# Is your Hagen Elite Mini Internal Filter too strong?



## SaylorKennedy (Aug 11, 2009)

I've got the solution and it only costs about $4. 

So I got the Hagen Mini filter in September of last year when I got my cousin's betta on a whim. I only had him in a 1 gallon tank and needed soemthing small. Found it for $10 at Petco, and they actually come with the Marina starter kits from Petsmart as well. The first thing I noticed was it was sooooo powerful even on it's lowest setting. So I rigged up a bottle baffle and that was fine, but it looked ugly and would always fall off. I knew the filter worked because it did have gunk in it.
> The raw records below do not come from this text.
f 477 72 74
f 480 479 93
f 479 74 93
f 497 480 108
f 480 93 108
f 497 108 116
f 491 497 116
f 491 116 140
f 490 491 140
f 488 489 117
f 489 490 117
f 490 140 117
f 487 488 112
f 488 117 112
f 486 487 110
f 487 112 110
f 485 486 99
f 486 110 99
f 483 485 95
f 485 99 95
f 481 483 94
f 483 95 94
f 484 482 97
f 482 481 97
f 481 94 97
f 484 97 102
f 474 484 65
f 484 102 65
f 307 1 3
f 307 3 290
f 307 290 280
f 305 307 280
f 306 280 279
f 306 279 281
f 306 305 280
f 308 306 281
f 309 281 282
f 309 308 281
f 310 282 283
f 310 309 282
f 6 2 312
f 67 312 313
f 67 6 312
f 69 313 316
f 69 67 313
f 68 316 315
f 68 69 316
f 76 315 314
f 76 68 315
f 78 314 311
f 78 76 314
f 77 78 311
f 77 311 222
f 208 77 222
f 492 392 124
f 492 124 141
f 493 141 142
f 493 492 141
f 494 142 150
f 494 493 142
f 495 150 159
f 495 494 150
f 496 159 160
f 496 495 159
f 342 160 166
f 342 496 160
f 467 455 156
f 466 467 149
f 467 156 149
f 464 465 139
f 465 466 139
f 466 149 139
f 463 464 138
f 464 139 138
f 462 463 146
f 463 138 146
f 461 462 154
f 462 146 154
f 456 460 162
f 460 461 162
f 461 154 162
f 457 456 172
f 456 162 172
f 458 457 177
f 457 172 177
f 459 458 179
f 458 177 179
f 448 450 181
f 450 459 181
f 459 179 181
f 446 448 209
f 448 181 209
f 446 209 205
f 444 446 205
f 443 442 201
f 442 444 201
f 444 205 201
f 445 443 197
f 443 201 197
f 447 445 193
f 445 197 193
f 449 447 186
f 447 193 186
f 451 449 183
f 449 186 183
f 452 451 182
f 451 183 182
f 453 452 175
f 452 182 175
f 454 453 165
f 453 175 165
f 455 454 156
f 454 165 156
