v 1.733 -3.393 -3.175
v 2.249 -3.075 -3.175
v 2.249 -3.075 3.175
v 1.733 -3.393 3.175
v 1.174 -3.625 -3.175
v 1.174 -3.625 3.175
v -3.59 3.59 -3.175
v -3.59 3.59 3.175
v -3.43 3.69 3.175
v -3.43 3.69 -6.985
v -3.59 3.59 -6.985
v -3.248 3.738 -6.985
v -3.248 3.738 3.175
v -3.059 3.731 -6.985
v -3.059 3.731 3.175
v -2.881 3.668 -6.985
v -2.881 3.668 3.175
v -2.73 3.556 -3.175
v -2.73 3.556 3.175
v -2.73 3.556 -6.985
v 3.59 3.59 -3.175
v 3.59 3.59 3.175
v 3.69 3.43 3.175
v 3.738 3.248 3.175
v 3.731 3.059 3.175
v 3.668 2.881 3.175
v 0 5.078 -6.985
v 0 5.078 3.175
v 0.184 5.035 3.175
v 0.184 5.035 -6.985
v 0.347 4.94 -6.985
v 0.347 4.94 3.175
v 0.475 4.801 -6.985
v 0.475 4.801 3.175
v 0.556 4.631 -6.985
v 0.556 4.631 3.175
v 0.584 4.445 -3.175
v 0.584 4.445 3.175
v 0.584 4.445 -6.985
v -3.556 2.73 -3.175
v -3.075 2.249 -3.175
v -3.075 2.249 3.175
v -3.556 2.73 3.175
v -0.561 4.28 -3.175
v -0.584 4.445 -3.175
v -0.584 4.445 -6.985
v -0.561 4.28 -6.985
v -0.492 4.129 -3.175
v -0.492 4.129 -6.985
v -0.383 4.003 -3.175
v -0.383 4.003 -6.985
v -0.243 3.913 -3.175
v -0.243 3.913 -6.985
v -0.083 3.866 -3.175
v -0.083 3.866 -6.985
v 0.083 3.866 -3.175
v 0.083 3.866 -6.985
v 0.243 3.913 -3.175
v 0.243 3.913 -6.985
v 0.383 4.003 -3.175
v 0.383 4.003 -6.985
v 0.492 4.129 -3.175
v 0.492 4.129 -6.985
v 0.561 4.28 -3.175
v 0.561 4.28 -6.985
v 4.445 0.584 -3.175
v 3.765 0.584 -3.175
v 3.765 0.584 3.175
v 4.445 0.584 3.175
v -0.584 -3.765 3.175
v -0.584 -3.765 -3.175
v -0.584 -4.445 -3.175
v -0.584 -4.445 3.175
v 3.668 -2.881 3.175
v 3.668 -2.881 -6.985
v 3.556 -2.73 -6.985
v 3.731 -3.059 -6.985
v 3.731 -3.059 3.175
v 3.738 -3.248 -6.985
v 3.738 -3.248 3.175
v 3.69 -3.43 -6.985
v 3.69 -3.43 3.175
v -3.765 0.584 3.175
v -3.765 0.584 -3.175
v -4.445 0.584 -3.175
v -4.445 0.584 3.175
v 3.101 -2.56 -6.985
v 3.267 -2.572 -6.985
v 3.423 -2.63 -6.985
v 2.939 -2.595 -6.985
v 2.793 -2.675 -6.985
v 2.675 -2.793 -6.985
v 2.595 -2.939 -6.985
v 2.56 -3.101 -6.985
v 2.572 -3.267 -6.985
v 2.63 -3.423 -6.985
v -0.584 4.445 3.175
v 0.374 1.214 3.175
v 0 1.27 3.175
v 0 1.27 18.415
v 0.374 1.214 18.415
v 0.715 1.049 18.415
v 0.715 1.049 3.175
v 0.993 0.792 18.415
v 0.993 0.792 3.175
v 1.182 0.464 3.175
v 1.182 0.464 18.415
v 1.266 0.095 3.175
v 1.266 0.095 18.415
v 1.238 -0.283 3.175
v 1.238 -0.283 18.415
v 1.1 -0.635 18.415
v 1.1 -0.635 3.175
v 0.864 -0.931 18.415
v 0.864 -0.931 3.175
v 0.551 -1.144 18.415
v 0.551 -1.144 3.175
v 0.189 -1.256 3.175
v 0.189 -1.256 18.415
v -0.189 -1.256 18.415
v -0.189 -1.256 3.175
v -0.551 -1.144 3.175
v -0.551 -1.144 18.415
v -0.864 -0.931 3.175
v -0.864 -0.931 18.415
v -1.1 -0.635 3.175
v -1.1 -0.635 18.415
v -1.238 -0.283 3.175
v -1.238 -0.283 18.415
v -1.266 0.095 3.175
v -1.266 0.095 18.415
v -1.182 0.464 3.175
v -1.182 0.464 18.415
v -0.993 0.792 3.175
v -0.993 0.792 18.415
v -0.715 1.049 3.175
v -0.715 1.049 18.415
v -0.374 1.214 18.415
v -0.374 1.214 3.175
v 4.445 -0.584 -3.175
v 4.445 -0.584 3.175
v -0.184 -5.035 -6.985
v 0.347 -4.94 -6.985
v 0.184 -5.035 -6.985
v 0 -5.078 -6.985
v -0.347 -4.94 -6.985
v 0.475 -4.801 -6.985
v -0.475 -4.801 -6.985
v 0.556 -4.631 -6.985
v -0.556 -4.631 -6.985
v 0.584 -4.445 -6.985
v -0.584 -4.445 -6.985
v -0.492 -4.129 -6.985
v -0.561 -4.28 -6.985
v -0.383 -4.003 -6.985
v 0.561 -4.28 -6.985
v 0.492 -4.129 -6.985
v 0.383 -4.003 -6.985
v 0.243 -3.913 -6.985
Well I was just thinking that maybe I want to take my 2.5 gallon with me instead of my 5 so got to brainstorming how I could rig this so it wasn't too strong for Ty. I had some extra filter pads for the Red Sea Deco Art Nano filter from Petco ($4 for a bag of like 4, I think) and I cut them in half to fit inside the Elite casing. I layered them as well to help even more. I noticed that the flow was slow down a lot! I tried it out with Ty and he has no problem sitting in front of the flow, but it's still strong enough to push water around for circulation. 
Sorry for the long story, but it's a simple easy solution.

Stuffing.








Happy fish.


----------



## Welsh (Apr 13, 2010)

Nice, I have a filter that came with my Aquabox that was so strong a shark wouldn't have been able to swim against it and as its a double prong plug I can't use it anywhere else in my house as we have 3 prong plugs  so long story short I will be trying this


----------



## SaylorKennedy (Aug 11, 2009)

Great. Hope it works!


----------



## newfiedragon (May 25, 2010)

How did you rig up a bottle baffle for it?


----------